CHAPTER 5 CONCLUSION AND FUTURE SCOPE

5.1 CONCLUSION Wireless Sensor Networks are emerging as a reliable technology for detection and advent of corrosion in the civil structures. In contrast to the conventional methods, the WSNs offer Non destructive evaluation techniques for structural health monitoring In order to cover the entire structure, the networks requires compact size devices, driven by battery and capable of implementing various corrosion detection techniques. The wireless mode of communication enables the remote monitoring of the structure.

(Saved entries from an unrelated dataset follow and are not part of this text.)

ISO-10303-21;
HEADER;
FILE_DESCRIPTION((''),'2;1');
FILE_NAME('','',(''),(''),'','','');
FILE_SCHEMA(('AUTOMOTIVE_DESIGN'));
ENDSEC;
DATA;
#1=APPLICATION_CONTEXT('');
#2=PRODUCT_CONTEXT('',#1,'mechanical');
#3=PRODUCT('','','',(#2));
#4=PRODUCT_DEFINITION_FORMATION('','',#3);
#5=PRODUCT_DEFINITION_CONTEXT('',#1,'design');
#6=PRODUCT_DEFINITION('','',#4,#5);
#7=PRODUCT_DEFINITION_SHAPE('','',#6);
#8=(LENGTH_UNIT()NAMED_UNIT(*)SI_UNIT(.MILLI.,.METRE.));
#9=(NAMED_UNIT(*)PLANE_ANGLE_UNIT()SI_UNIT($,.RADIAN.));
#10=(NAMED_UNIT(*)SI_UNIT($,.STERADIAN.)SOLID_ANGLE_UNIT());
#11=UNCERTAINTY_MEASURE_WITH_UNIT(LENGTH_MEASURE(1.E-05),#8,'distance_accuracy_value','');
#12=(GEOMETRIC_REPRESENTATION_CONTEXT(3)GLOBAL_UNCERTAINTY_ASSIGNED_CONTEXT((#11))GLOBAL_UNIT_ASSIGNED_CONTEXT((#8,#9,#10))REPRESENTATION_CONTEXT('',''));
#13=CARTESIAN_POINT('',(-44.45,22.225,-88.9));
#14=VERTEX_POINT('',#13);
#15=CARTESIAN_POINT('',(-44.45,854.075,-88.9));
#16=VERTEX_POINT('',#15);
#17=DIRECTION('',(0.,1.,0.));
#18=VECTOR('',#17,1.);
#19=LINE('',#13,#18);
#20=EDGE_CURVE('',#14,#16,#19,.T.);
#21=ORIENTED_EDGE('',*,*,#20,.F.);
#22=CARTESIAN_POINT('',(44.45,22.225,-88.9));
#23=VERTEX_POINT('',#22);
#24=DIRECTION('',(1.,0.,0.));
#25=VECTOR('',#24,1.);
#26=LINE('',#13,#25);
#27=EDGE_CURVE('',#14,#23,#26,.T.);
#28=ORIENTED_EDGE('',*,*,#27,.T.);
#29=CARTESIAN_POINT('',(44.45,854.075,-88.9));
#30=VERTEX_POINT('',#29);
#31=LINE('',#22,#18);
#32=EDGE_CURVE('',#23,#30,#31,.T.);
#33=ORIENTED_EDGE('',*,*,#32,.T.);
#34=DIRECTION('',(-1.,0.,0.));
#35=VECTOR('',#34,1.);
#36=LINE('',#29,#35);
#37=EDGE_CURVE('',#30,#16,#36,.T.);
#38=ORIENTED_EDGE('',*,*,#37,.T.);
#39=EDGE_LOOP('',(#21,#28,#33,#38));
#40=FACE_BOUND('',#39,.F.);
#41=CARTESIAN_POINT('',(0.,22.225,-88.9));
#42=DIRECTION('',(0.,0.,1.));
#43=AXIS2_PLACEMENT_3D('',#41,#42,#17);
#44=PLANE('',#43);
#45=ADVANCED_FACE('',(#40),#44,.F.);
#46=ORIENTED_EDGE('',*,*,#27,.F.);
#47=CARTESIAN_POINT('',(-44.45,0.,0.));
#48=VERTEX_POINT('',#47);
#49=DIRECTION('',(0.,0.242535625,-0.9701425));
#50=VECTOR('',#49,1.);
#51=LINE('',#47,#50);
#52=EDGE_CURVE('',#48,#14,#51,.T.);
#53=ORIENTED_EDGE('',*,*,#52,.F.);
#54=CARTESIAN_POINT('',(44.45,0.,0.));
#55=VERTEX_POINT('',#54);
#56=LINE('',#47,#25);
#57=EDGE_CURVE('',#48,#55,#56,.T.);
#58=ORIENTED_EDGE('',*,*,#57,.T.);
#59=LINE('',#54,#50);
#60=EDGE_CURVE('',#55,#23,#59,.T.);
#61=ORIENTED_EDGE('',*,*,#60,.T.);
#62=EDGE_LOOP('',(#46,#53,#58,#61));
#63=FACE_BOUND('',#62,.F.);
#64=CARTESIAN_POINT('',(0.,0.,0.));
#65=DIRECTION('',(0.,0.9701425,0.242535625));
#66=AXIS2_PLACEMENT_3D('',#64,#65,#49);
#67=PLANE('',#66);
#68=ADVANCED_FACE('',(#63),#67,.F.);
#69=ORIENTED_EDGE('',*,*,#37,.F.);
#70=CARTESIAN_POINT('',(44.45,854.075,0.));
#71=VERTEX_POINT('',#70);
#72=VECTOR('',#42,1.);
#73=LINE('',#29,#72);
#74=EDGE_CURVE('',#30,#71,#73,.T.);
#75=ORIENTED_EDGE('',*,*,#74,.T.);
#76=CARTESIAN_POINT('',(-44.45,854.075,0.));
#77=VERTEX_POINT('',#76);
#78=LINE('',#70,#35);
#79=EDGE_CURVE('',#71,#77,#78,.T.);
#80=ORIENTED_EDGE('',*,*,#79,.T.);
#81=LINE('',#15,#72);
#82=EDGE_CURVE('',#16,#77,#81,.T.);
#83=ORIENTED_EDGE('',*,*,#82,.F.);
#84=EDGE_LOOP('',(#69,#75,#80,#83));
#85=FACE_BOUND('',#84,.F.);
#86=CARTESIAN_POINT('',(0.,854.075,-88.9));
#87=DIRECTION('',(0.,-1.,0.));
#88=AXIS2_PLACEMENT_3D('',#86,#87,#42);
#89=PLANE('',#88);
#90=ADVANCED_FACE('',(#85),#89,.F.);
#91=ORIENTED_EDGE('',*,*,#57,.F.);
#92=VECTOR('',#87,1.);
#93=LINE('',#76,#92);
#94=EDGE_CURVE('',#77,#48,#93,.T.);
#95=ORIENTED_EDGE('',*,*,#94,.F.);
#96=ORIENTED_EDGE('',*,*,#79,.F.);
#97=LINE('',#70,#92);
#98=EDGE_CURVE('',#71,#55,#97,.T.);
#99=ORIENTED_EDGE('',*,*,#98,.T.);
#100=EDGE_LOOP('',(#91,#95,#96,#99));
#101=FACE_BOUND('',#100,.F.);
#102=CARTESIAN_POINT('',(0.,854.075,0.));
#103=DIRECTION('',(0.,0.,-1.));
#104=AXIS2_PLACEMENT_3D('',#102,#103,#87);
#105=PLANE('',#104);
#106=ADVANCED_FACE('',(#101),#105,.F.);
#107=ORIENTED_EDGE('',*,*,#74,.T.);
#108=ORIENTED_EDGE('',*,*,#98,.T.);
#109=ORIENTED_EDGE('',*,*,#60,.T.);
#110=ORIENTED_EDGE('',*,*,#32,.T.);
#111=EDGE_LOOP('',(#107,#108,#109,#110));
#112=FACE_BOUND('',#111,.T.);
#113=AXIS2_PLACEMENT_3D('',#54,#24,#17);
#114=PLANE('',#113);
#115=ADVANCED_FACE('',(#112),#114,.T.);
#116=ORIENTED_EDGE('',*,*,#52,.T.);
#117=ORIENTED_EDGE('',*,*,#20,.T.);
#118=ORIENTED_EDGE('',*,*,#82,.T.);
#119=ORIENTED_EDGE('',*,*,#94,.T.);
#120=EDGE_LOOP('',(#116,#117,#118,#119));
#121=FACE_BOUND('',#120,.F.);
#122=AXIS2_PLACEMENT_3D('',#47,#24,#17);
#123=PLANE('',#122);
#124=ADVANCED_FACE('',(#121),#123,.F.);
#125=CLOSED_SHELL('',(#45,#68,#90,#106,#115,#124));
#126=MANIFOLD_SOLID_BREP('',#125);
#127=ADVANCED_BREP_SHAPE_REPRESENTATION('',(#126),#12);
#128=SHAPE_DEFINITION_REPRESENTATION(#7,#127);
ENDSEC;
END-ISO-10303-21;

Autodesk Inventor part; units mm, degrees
ref_plane "YZ Plane" through (0, 0, 0) normal (1, 0, 0) x (0, 1, 0)
ref_plane "XZ Plane" through (0, 0, 0) normal (0, 1, 0) x (-1, 0, 0)
ref_plane "XY Plane" through (0, 0, 0) normal (0, 0, 1) x (1, 0, 0)
sketch "Sketch1" plane through (0, 0, 0) normal (1, 0, 0) x (0, 1, 0)
  line L0 (0, 0) -> (22.225, -88.9)
  line L1 (22.225, -88.9) -> (854.075, -88.9)
  line L2 (854.075, -88.9) -> (854.075, 0)
  line L3 (854.075, 0) -> (0, 0)
  line L4 (0, 0) -> (0, -88.9) construction
  dimension "width" = 88.9
  dimension "roofAngle" = 14.036
  dimension "height" = 854.075
extrude "Extrusion1" add sketch "Sketch1" along normal mid plane 88.9
equation "\"d3\" = width"
properties part number "4x4x33-5_8-post" material "Wood (Birch)"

The main objective of this thesis work is to design sensor node for corrosion detection and implement a wireless network for information exchange. The designed node is a low power, low cost, small size device. It uses AD5933 to detect the change in the impedance of the material using electrochemical impedance spectroscopy. The node is tested to measure impedance of resistors and RC networks at single and multiple frequencies under the laboratory conditions. The measurement results match actual values within a tolerance range of 1-6%. The implemented WSN comprises 3 nodes acting as a coordinator, router and end device in radial topology. The proposed query-reply algorithm used for data collection provides coverage to the entire network. The frame structure used for transmission and reception is simple to implement and will work successfully on expansion of the network. The network is tested in the laboratory for acquiring the sensed data, and results are displayed on the coordinator end. A successful data acquisition is done from the entire network and the results of the collected data are displayed on the python console at the coordinator end.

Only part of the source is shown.